Maquette materials: Prints of paintings by Danielle Klinenberg (2021-4), Great Lakes rocks, wood, clay, plaster, foam, metal, velvet, MDF and plexiglass. Architectural Design and construction by Cordelia Belloc-Lowndes with support by Cesar Luevano. Shown at The Arts Club of Chicago January-February 2024. Now available for viewing in Streeterville

Nos Nymphéas

This moment demands that we think and dream big. It’s time to bring our hearts and minds together. Nos Nymphéas, a walk-in painting that embraces the viewer, is a project I dreamed of on a visit to Paris during a residency in France. Nos Nymphéas is an homage to the massive Waterlily --- or Nymphéas – paintings Claude Monet painted in and of his garden, and by his gift of this work at the Armistice. The goal of this public art installation is to invite the viewer to get lost in these paintings, and then to locate themselves in the thoughts, ideas, dreams and feelings that arise here.

Nos Nymphéas is a response to Claude Monet’s practice of tending to and painting from his garden. What inspires this work is not one garden but diverse, multiple earthy places, relationship, thought and feeling. This body of 5’ high x 5’ - 9’ wide paintings is where I’ve trained my attention during social unrest and pandemic times. In my admiration for Monet’s practice, and for the gift of the environment his work creates, is a question:

What is it you hold dear? How do you regard, tend and care for it?

This is the heart of my painting process too, a sense I hope to impart to visitors to Nos Nymphéas —- Nos means ‘ours’. Our studio is preparing to activate this public art installation in Chicago for 2024, activated at times with workshops that support mindfulness, and also with collaborations incorporating sound and movement. Nos Nymphéas design includes inviting seating, thoughtful lighting, and low- and high-tech interpretive elements to engage visitors with this question. Our intention is to make the site available during the Democratic National Convention to support causes including Climate, Reproductive and LGBTQ Rights.
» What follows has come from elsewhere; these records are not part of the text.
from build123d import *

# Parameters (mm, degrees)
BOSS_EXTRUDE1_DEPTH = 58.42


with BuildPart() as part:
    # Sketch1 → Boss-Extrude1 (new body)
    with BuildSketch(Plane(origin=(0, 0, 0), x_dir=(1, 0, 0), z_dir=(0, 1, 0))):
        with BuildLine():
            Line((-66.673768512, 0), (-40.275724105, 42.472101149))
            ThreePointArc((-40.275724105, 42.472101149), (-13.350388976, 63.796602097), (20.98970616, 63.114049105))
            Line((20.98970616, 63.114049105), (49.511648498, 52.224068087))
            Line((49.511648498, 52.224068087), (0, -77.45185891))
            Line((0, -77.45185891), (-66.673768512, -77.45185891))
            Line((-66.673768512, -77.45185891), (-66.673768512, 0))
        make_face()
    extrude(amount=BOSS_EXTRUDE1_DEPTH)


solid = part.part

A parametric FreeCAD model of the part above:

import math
import FreeCAD as App
import Part
import Sketcher

V = App.Vector
Q = App.Units.Quantity

doc = App.newDocument("Part")
params = doc.addObject("Spreadsheet::Sheet", "Params")
for row, (alias, value) in enumerate([
    ("sketch1_radius", "2 in"),
    ("pad1_length", "2.3 in"),
], start=1):
    params.set(f"A{row}", alias)
    params.set(f"B{row}", "=" + value)
    params.setAlias(f"B{row}", alias)

body = doc.addObject("PartDesign::Body", "Body")

# Sketch on XZ plane
sketch1 = body.newObject("Sketcher::SketchObject", "Sketch")
sketch1.AttachmentSupport = (doc.getObject("XZ_Plane"), [""])
sketch1.MapMode = "FlatFace"
sketch1.addGeometry(Part.LineSegment(V(-40.275724, -42.472101, 0), V(-66.673769, 0, 0)), False)
sketch1.addGeometry(Part.LineSegment(V(-66.673769, 0, 0), V(-66.673769, 77.451859, 0)), False)
sketch1.addGeometry(Part.LineSegment(V(-66.673769, 77.451859, 0), V(0, 77.451859, 0)), False)
sketch1.addGeometry(Part.LineSegment(V(0, 77.451859, 0), V(49.511648, -52.224068, 0)), False)
sketch1.addGeometry(Part.LineSegment(V(49.511648, -52.224068, 0), V(20.989706, -63.114049, 0)), False)
sketch1.addGeometry(Part.ArcOfCircle(Part.Circle(V(2.869579, -15.655636, 0), V(0, 0, 1), 50.8), math.radians(-148.137459), math.radians(-69.102612)), False)
sketch1.addConstraint(Sketcher.Constraint("Coincident", 0, 2, 1, 1))
sketch1.addConstraint(Sketcher.Constraint("Coincident", 1, 2, 2, 1))
sketch1.addConstraint(Sketcher.Constraint("Coincident", 2, 2, 3, 1))
sketch1.addConstraint(Sketcher.Constraint("Coincident", 3, 2, 4, 1))
sketch1.addConstraint(Sketcher.Constraint("Tangent", 4, 2, 5, 2))
sketch1.addConstraint(Sketcher.Constraint("Tangent", 5, 1, 0, 1))
sketch1.addConstraint(Sketcher.Constraint("Vertical", 1))
sketch1.addConstraint(Sketcher.Constraint("Horizontal", 2))
sketch1.addConstraint(Sketcher.Constraint("PointOnObject", 0, 2, -1))
sketch1.addConstraint(Sketcher.Constraint("PointOnObject", 2, 2, -2))
sketch1.addConstraint(Sketcher.Constraint("Perpendicular", 3, 4))
sketch1.addConstraint(Sketcher.Constraint("Radius", 5, Q("2 in")))
sketch1.addConstraint(Sketcher.Constraint("DistanceX", 2, 1, 2, 2, Q("66.673769 mm")))
sketch1.addConstraint(Sketcher.Constraint("DistanceY", 1, 1, 1, 2, Q("77.451859 mm")))
sketch1.addConstraint(Sketcher.Constraint("DistanceY", 5, 1, -1, 1, Q("42.472101 mm")))
sketch1.addConstraint(Sketcher.Constraint("Distance", 0, Q("50.007361 mm")))
sketch1.addConstraint(Sketcher.Constraint("DistanceX", -1, 1, 3, 2, Q("49.511648 mm")))
sketch1.setExpression("Constraints[11]", "Params.sketch1_radius")
pad1 = body.newObject("PartDesign::Pad", "Pad")
pad1.Profile = sketch1
pad1.setExpression("Length", "Params.pad1_length")
pad1.Reversed = True

doc.recompute()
Learn how you or your organization can become a partner of Nos Nymphéas

Drawing exhibited with How to Move Through It at The Leslie Wolfe Gallery, 2022

2014 Residency in France—The Bonbonnerie Paintings

This is a body of work I painted on residency in France, in 2014 on 5’ high paper I found there. Bonbonnerie inspired me to create a response to the installation of Monet’s immersive Waterlily paintings, open to the public, through a walk in a park in Paris. Alone in a small village in the val du Loire, I imagined herself a royal painter, preparing arwork to bring to court. The name is inspired by the Belgian cacao a friend gave me, challenging me to use it as a medium, integrating with the raw pigments I had begun to integrate into my palette in 2010.